**THE PROBLEM**
Hunt through the entries for the word "keyway" and copy each line in which it appears.

╭──

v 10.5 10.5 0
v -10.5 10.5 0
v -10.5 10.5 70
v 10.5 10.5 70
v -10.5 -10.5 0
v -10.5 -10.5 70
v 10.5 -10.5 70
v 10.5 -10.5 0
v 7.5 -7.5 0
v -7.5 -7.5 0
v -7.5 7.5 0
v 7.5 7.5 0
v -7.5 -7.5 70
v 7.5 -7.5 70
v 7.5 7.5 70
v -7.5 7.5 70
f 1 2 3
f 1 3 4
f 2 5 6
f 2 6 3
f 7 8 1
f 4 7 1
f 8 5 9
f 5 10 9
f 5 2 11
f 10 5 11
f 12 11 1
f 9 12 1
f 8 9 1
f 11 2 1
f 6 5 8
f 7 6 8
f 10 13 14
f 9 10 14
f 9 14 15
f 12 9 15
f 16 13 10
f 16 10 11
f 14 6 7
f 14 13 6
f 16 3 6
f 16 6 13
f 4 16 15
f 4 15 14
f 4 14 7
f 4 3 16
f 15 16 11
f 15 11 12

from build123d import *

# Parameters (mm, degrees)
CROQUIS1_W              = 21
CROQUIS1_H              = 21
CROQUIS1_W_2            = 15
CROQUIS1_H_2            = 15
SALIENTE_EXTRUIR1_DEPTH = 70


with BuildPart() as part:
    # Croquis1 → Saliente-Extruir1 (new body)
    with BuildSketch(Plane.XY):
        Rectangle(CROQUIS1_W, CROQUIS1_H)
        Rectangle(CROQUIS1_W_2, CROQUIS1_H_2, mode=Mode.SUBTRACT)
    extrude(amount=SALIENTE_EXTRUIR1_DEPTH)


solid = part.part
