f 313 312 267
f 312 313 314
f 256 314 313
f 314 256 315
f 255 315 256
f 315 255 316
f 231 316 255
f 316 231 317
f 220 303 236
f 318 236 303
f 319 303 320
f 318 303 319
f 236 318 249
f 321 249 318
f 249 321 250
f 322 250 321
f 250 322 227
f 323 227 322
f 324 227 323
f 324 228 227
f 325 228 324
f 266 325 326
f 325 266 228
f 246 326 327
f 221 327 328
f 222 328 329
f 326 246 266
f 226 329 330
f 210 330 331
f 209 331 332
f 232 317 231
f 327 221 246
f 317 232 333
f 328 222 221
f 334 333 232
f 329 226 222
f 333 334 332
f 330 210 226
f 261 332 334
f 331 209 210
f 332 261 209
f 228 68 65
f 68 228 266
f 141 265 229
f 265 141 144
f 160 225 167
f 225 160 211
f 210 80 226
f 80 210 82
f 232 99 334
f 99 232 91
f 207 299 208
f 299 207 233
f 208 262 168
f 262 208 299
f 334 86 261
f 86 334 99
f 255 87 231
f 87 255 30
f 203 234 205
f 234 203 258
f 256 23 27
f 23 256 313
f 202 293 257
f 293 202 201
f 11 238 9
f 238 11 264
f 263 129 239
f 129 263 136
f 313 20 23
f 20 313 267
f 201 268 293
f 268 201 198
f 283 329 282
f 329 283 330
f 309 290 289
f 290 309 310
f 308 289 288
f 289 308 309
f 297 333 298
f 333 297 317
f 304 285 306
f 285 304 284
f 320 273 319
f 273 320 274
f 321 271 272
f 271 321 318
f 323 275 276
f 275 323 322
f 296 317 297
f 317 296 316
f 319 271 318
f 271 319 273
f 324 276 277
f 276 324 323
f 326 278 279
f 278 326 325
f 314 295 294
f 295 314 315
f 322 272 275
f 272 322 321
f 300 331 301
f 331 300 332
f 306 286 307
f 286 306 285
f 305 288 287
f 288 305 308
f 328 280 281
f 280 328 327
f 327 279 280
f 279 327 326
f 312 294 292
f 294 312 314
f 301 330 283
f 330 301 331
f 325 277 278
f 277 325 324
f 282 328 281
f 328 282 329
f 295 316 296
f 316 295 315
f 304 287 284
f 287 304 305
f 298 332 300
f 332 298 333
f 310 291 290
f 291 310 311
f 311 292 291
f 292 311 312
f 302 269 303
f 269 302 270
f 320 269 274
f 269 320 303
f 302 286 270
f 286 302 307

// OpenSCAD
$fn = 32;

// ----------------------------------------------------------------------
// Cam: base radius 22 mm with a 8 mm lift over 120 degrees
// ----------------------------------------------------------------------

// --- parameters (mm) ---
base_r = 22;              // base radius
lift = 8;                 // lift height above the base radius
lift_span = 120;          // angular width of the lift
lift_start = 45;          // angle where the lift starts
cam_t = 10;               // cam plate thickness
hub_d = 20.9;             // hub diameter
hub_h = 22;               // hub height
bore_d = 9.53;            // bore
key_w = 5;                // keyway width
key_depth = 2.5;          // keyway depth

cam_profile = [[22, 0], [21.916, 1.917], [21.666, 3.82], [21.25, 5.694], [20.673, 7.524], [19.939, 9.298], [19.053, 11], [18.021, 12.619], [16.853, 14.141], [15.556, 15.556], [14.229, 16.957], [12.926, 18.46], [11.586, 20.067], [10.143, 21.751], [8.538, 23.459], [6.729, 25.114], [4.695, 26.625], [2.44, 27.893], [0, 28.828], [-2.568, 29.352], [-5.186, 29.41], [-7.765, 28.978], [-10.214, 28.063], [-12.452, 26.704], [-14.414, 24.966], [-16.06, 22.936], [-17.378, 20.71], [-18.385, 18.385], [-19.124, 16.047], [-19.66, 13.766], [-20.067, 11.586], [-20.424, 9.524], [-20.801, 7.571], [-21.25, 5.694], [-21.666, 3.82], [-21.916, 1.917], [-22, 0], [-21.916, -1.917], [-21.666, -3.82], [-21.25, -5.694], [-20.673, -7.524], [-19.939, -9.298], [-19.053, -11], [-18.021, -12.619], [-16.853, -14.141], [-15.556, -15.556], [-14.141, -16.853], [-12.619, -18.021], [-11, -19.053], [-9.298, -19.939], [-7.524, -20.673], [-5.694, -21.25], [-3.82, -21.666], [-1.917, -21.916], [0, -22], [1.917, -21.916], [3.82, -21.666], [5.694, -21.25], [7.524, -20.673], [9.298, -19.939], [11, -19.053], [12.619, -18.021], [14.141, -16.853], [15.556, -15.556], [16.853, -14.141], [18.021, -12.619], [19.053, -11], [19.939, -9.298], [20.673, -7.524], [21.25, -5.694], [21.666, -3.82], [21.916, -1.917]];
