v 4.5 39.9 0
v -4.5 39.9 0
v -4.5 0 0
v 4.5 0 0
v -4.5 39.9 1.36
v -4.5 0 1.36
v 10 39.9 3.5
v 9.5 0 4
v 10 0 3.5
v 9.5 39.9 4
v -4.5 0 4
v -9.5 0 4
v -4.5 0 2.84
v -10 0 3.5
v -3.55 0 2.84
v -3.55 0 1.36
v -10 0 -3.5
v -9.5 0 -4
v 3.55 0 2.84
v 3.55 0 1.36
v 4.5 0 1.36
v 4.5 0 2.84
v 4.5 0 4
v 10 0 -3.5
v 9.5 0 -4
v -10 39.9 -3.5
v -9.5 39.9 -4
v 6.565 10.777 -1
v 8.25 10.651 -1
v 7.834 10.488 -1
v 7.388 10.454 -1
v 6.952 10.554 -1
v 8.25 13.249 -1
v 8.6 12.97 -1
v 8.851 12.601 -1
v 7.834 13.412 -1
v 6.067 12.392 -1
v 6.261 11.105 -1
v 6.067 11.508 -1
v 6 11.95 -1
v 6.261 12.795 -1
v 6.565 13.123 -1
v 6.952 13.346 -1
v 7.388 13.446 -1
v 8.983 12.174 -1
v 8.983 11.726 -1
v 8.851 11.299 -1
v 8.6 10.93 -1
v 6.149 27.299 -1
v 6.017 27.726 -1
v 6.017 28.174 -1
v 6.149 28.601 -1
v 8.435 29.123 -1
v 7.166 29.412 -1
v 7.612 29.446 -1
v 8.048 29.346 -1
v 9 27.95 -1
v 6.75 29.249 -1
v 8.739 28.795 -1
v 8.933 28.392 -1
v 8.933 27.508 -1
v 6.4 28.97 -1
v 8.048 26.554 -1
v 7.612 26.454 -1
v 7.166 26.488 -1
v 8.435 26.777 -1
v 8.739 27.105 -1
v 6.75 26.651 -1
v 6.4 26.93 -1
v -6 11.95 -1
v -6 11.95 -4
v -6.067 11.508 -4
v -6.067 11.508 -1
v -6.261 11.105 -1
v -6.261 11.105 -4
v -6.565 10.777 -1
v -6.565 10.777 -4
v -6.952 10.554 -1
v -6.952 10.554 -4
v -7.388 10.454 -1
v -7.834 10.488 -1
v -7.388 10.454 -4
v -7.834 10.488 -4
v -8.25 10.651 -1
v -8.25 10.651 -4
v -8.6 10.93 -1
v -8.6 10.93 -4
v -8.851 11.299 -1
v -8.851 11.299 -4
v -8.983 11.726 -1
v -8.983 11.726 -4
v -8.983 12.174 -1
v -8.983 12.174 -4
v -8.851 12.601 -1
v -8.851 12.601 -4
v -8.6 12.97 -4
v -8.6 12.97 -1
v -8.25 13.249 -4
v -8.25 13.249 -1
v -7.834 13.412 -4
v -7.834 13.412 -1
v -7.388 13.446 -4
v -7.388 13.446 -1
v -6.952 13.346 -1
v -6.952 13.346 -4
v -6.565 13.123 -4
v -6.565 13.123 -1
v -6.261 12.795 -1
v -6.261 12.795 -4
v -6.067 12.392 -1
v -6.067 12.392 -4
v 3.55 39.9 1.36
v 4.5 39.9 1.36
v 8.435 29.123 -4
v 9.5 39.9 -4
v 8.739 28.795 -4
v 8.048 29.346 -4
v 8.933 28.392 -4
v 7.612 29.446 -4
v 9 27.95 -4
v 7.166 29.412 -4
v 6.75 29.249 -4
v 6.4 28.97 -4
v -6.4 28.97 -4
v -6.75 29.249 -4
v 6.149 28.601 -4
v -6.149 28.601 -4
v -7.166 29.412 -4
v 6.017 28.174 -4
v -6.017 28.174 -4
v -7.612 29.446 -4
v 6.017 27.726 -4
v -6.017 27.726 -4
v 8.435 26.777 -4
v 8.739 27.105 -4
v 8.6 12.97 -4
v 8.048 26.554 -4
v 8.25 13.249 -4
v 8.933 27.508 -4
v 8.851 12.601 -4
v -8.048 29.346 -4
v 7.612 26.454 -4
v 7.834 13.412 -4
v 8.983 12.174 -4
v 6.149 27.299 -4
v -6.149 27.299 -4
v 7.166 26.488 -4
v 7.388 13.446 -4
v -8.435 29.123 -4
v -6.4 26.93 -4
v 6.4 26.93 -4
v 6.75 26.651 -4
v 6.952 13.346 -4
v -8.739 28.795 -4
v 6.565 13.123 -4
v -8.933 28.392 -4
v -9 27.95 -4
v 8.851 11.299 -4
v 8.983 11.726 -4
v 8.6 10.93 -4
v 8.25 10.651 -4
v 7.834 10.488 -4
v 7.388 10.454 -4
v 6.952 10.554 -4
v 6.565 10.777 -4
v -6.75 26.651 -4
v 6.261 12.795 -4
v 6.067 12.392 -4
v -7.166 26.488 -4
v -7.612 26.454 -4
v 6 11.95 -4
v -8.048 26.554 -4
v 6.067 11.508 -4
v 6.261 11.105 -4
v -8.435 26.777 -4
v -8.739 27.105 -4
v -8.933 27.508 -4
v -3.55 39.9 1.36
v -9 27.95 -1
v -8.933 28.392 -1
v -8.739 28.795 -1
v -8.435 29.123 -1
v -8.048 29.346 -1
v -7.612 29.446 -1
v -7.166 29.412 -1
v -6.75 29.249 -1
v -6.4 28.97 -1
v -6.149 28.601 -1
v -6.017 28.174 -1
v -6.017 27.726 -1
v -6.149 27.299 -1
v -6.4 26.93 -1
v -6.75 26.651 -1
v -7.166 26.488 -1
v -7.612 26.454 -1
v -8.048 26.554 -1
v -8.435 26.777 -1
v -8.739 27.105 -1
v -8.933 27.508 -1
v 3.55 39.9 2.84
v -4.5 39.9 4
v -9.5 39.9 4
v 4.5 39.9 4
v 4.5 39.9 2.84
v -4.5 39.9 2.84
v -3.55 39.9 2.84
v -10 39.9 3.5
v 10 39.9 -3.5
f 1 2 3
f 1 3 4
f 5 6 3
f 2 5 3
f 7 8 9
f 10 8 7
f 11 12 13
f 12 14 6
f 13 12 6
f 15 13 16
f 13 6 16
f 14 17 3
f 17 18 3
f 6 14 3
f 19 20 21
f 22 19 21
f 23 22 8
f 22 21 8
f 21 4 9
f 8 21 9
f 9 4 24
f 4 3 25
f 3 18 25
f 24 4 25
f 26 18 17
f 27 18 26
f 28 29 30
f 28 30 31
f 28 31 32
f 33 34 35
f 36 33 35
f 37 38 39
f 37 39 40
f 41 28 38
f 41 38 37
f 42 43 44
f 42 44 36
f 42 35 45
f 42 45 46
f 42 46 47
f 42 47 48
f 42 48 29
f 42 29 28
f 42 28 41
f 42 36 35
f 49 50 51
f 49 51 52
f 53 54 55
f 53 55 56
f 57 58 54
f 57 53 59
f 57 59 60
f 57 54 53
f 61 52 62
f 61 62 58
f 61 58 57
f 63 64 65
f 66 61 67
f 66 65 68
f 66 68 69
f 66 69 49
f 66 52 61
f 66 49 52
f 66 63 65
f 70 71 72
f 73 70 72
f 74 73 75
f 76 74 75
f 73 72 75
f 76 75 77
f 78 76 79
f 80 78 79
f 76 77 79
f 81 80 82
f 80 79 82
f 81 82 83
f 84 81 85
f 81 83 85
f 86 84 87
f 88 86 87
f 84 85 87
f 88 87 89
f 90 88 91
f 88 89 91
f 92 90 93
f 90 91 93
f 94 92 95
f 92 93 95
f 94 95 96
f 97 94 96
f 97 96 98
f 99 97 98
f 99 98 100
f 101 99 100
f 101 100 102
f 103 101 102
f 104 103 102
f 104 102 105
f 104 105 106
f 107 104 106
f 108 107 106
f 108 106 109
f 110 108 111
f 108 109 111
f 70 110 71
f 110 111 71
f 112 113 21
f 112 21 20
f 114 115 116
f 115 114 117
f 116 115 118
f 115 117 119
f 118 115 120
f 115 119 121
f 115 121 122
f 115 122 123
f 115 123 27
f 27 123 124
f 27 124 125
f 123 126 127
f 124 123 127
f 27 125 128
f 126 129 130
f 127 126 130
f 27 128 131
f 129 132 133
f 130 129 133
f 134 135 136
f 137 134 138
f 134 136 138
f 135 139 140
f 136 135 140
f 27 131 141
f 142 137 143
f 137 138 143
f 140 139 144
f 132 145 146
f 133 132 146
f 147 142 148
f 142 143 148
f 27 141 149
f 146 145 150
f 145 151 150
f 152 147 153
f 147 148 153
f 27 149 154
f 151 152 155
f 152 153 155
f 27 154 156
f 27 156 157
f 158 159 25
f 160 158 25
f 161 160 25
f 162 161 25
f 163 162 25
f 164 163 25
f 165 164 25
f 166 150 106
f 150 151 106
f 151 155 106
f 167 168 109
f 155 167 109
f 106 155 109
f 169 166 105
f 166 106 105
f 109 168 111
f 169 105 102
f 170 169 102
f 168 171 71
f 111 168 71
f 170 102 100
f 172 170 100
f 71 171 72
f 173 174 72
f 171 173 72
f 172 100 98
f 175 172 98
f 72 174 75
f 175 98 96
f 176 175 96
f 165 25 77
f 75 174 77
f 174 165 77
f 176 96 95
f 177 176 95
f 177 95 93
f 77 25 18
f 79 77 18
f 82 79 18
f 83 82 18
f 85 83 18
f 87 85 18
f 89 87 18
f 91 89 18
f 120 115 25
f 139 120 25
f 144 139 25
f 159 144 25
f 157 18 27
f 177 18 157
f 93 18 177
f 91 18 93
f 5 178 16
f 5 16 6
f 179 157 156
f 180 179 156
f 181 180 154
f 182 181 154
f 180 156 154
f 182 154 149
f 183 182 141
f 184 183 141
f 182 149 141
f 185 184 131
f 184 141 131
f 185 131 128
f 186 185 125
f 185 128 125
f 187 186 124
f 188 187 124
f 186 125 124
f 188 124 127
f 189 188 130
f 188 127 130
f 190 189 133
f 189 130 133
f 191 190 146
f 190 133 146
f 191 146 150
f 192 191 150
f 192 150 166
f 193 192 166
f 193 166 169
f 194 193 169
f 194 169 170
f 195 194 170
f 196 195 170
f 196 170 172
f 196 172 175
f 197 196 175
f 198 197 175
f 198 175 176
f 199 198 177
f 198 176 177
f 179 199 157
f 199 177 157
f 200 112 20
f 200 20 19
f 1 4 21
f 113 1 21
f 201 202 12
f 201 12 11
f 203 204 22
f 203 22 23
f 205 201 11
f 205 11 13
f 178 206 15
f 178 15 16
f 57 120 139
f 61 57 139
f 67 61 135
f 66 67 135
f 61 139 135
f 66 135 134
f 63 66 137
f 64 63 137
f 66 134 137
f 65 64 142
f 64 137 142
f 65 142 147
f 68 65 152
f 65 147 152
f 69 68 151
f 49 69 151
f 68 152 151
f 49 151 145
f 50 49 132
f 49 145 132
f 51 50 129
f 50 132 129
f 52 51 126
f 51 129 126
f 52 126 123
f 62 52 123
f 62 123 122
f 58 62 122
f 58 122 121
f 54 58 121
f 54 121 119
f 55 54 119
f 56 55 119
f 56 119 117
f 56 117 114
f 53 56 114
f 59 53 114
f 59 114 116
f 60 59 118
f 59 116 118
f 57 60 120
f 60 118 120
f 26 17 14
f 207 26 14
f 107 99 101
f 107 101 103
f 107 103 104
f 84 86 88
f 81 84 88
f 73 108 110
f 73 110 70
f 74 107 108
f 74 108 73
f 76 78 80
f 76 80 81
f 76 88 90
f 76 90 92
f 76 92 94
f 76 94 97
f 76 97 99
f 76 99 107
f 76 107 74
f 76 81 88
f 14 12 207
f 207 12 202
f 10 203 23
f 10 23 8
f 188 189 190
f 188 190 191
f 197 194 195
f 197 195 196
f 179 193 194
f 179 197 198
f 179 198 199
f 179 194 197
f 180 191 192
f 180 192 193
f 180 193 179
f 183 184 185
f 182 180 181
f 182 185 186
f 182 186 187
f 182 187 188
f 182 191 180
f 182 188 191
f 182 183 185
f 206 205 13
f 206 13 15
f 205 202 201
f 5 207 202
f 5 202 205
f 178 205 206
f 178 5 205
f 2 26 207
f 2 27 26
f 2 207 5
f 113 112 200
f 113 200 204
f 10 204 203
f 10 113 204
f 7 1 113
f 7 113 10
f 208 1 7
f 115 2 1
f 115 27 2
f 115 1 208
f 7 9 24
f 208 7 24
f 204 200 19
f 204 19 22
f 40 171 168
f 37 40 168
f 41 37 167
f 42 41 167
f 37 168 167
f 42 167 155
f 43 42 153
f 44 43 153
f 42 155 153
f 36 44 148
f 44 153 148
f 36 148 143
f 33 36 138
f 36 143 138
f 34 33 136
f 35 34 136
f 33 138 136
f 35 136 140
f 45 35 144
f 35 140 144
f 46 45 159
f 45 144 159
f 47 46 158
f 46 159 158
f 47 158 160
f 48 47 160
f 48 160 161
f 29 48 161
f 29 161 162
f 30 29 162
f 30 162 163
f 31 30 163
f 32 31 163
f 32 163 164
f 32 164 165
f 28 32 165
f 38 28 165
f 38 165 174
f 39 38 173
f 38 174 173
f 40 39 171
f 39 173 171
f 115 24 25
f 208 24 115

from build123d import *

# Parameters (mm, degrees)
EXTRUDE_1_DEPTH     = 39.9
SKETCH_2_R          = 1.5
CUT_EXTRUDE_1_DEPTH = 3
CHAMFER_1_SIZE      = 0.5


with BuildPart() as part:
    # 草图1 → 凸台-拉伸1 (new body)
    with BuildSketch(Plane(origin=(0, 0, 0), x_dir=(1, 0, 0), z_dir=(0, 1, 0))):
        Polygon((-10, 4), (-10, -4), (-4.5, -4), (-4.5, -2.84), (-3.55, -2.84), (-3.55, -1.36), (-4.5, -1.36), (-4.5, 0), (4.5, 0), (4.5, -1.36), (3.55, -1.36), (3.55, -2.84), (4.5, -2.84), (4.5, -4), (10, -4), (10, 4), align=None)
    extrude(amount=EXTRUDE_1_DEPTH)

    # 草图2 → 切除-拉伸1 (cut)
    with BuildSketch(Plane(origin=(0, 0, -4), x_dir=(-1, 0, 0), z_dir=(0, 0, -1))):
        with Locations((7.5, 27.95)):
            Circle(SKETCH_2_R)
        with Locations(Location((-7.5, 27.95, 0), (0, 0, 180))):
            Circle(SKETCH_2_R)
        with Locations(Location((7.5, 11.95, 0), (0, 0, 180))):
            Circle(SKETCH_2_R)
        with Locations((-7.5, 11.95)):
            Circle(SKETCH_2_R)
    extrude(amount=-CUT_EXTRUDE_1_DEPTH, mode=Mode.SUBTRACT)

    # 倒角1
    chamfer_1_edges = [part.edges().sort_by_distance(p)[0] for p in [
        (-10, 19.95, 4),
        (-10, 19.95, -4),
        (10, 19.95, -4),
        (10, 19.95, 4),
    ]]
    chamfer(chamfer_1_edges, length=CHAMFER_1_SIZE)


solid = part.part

╰──

**YOUR SOLUTION**
key_w = 5;                // keyway width
key_depth = 2.5;          // keyway depth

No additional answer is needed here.